In the dining rooms of today, however, there is enough space for everyone to have a seat at the table. Modern styles introduce innovative design choices that play with shape and style. Icons of mid-century modern dining room chairs are plentiful: With its distinctive bentwood back, there is the DCW dining chair by Charles and Ray Eames, while Hans Wegner's timeless classic, the Wishbone chair, remains relevant and elegant decades after its debut. Stefano Giovannoni's White Rabbit dining chairs, in their lovable polyethylene biomorphism, reinvent what dining can look like.
Today's wide range of dining room chairs also means that they can now be styled in different ways, bringing functionality and fun to any sumptuous dining space. No longer do tables have to be accompanied by a matching set of seats. Skillfully mixing and matching colors and designs allows you to showcase your personality without sacrificing the cohesion of a given space.

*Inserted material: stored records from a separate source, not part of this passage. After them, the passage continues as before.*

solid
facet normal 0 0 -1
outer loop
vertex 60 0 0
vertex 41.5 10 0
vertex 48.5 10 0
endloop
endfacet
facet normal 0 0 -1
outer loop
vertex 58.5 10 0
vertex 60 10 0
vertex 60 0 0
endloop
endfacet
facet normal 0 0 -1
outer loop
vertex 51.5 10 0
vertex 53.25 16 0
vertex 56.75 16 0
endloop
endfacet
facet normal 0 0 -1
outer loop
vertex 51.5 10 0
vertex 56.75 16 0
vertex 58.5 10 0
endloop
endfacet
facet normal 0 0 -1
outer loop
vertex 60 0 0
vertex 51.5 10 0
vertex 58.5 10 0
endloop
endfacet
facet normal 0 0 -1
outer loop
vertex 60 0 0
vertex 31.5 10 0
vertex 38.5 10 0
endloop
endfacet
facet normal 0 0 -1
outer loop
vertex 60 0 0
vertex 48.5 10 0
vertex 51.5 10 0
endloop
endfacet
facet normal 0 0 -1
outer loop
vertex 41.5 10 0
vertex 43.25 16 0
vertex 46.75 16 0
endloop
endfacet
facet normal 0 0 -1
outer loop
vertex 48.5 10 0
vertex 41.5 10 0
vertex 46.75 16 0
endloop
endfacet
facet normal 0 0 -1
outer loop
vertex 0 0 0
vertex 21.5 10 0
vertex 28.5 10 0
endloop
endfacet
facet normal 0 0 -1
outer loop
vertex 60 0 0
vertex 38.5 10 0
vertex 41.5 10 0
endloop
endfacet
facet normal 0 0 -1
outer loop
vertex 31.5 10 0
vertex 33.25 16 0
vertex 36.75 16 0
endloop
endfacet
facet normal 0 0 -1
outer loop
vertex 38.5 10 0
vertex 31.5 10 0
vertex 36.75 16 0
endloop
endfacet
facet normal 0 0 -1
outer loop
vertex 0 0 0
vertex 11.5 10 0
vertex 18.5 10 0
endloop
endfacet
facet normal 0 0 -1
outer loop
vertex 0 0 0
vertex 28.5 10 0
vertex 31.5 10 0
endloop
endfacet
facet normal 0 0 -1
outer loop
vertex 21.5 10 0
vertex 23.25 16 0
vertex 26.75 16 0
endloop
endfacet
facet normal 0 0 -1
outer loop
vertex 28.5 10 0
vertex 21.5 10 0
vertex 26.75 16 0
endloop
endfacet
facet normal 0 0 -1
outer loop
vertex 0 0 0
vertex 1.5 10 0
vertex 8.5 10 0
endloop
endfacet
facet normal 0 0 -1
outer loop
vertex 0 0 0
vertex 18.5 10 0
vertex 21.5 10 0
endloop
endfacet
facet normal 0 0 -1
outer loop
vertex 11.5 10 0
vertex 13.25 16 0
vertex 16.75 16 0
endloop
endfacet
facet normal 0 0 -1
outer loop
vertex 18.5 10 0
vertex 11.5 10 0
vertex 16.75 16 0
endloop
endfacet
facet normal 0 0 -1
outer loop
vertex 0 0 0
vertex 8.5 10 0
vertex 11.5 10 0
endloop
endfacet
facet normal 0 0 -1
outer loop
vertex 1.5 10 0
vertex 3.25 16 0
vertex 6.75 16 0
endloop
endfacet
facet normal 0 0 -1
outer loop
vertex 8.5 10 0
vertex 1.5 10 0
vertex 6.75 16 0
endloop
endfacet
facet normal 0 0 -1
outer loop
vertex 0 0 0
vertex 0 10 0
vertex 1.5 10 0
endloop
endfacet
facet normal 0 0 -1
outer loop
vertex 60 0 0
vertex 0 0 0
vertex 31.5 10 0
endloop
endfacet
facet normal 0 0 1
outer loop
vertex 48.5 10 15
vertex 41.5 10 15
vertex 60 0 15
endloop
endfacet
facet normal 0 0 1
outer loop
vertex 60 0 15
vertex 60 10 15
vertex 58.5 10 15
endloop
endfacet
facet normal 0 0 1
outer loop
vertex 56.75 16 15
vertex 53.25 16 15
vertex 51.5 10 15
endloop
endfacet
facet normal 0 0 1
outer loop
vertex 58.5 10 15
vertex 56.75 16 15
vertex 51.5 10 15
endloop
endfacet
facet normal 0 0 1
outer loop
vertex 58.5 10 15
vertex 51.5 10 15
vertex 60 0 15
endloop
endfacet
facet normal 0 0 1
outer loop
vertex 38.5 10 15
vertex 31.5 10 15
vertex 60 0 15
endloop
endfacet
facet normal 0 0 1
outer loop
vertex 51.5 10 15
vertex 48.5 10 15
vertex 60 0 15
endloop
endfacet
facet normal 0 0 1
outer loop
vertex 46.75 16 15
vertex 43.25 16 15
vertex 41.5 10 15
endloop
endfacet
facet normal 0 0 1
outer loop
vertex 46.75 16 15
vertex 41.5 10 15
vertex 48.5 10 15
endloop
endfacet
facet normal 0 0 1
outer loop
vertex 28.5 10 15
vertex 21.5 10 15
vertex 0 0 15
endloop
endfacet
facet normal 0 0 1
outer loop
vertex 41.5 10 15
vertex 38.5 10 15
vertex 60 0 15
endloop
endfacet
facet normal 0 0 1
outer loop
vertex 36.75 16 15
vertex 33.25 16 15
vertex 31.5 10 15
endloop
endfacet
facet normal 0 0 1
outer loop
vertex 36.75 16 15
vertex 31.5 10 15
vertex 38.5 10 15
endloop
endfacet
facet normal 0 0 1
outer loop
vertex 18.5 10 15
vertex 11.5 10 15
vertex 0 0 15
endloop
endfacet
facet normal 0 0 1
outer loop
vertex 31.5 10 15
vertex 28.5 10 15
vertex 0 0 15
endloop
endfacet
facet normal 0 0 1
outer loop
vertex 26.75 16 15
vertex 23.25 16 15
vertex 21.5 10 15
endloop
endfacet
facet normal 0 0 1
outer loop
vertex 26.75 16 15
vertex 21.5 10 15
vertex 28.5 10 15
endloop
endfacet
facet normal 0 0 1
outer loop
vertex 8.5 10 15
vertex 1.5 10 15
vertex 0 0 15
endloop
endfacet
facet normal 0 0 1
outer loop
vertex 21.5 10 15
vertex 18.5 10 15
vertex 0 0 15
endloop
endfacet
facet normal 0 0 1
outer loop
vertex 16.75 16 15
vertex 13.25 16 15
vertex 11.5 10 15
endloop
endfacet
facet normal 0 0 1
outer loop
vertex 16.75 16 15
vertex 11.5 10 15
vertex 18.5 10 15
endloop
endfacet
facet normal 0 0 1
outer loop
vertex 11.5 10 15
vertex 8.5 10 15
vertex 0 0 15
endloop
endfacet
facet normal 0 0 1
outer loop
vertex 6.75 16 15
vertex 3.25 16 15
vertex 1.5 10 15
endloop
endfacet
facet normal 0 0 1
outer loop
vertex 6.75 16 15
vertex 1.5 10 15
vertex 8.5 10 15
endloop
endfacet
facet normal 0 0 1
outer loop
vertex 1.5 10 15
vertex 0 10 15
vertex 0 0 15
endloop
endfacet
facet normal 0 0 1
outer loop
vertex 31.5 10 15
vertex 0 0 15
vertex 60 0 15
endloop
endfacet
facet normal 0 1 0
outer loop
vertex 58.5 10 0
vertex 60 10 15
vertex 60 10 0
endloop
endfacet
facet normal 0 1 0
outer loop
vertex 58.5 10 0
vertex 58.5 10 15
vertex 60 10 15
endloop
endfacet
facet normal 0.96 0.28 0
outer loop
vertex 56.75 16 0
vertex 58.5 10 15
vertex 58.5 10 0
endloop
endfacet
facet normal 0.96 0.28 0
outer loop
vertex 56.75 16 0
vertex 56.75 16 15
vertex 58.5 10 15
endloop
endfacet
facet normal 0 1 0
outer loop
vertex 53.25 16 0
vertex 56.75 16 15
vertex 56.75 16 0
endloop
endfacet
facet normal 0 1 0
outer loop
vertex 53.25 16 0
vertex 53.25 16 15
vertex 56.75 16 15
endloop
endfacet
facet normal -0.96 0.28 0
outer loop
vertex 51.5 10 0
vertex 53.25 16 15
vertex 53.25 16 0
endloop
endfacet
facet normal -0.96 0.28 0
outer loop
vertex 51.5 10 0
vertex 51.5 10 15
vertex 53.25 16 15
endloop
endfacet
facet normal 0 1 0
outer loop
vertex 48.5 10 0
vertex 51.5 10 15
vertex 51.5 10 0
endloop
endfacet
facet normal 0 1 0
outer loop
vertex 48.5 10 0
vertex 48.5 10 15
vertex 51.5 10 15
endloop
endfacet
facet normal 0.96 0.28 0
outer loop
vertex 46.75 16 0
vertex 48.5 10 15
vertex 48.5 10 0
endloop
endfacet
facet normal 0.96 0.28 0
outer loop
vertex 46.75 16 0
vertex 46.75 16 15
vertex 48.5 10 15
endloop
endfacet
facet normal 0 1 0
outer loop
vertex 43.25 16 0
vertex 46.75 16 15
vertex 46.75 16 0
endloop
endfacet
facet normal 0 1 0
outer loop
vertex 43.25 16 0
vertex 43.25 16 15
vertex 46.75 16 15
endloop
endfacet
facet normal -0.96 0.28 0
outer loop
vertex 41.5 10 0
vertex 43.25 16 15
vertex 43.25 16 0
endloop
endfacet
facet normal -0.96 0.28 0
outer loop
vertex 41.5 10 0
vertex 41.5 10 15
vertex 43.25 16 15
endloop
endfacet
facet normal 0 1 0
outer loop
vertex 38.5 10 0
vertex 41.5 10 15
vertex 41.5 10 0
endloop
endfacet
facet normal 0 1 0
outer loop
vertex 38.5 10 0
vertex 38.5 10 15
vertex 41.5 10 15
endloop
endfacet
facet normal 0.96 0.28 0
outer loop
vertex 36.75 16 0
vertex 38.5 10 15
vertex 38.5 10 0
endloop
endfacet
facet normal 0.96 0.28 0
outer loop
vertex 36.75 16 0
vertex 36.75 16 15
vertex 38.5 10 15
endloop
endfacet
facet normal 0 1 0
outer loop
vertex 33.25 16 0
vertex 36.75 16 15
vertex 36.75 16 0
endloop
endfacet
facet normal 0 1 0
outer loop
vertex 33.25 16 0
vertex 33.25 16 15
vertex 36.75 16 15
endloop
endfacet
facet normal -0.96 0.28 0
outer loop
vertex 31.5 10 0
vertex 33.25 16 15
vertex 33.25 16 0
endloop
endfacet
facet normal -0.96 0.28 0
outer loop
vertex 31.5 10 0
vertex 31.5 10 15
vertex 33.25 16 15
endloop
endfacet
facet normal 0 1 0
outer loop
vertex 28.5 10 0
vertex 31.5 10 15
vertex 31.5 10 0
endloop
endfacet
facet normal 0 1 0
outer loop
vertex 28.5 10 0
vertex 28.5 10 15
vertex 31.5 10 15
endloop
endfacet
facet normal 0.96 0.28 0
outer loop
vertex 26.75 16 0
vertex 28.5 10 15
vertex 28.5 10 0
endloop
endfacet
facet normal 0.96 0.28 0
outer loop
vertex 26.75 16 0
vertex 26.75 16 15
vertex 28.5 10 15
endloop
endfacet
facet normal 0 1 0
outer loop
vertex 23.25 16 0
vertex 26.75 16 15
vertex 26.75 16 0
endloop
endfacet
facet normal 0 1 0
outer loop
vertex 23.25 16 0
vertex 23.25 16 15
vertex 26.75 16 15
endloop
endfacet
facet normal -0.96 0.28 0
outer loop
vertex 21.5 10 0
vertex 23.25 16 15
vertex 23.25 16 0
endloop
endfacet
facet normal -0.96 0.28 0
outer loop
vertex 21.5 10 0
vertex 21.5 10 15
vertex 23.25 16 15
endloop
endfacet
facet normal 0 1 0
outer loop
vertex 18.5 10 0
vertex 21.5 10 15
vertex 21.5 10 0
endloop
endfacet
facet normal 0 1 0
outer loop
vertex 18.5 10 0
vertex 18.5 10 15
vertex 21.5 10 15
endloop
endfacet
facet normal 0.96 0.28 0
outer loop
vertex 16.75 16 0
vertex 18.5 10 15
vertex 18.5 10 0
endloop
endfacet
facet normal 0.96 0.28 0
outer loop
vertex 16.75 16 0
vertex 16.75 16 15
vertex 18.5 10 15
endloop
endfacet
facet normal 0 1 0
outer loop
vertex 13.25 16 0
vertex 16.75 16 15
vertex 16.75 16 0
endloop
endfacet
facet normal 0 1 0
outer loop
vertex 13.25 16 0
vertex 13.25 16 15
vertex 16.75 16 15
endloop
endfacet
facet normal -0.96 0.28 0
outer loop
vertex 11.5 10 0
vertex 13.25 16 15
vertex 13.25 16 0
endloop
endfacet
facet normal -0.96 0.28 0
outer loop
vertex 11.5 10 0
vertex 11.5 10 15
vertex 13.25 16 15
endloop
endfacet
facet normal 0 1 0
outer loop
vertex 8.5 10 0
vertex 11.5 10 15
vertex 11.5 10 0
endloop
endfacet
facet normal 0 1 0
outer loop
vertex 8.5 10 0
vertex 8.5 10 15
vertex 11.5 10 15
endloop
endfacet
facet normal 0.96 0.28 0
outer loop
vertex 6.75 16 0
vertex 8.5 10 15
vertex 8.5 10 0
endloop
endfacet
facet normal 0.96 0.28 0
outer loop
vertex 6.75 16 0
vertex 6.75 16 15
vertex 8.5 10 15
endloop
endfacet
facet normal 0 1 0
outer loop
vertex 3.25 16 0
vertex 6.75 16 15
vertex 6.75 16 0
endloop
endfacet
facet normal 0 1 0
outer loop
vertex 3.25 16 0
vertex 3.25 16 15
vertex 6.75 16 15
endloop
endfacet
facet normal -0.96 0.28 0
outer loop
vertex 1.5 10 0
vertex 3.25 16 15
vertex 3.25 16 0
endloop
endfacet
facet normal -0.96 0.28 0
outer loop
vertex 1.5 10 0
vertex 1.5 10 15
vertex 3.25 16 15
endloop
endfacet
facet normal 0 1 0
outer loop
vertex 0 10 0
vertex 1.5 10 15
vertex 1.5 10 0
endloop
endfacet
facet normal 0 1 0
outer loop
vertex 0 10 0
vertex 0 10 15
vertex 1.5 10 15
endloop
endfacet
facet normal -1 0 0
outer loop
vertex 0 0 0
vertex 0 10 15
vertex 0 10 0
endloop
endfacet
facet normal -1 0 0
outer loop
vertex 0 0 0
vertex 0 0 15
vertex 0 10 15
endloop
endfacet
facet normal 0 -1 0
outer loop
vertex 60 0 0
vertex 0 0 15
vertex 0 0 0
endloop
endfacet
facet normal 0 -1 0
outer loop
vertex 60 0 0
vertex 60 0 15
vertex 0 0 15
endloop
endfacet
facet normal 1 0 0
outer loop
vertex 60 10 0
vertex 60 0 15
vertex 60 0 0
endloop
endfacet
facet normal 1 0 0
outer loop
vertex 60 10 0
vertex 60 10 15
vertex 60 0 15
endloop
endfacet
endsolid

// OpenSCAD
$fn = 32;

// ----------------------------------------------------------------------
// Gear rack: 6 teeth, pitch 10 mm
// ----------------------------------------------------------------------

// --- parameters (mm) ---
teeth = 6;                // number of teeth
pitch = 10;               // tooth pitch, X
root_w = 7;               // tooth width at the root
tip_w = 3.5;              // tooth width at the tip
base_h = 10;              // rack body height, Y
tooth_h = 6;              // tooth height above the body
plate_t = 15;             // rack width, Z (extrusion height)

rack_l = teeth * pitch;  // overall length
total_h = base_h + tooth_h;  // overall height

profile = [[0, 0], [60, 0], [60, 10], [58.5, 10], [56.75, 16], [53.25, 16], [51.5, 10], [48.5, 10], [46.75, 16], [43.25, 16], [41.5, 10], [38.5, 10], [36.75, 16], [33.25, 16], [31.5, 10], [28.5, 10], [26.75, 16], [23.25, 16], [21.5, 10], [18.5, 10], [16.75, 16], [13.25, 16], [11.5, 10], [8.5, 10], [6.75, 16], [3.25, 16], [1.5, 10], [0, 10]];  // primary outline, 28 points, counter clockwise

// --- the one profile operation ---
linear_extrude(height = plate_t) polygon(points = profile);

By furnishing your dining room with cozy chairs — vintage, antique or otherwise — family time can extend far beyond mealtime. The plush upholstery of Victorian-style dining room chairs is perfect for game nights that stretch from dinner to midnight snack. Outdoor tables and dining chairs can also present an excellent opportunity for bonding and eating — what goes better with a delicious meal than fresh air, anyway?
Whether you prefer your chairs streamlined and stackable or ornate and one of a kind, the offerings on 1stDibs will elevate your mealtime and beyond.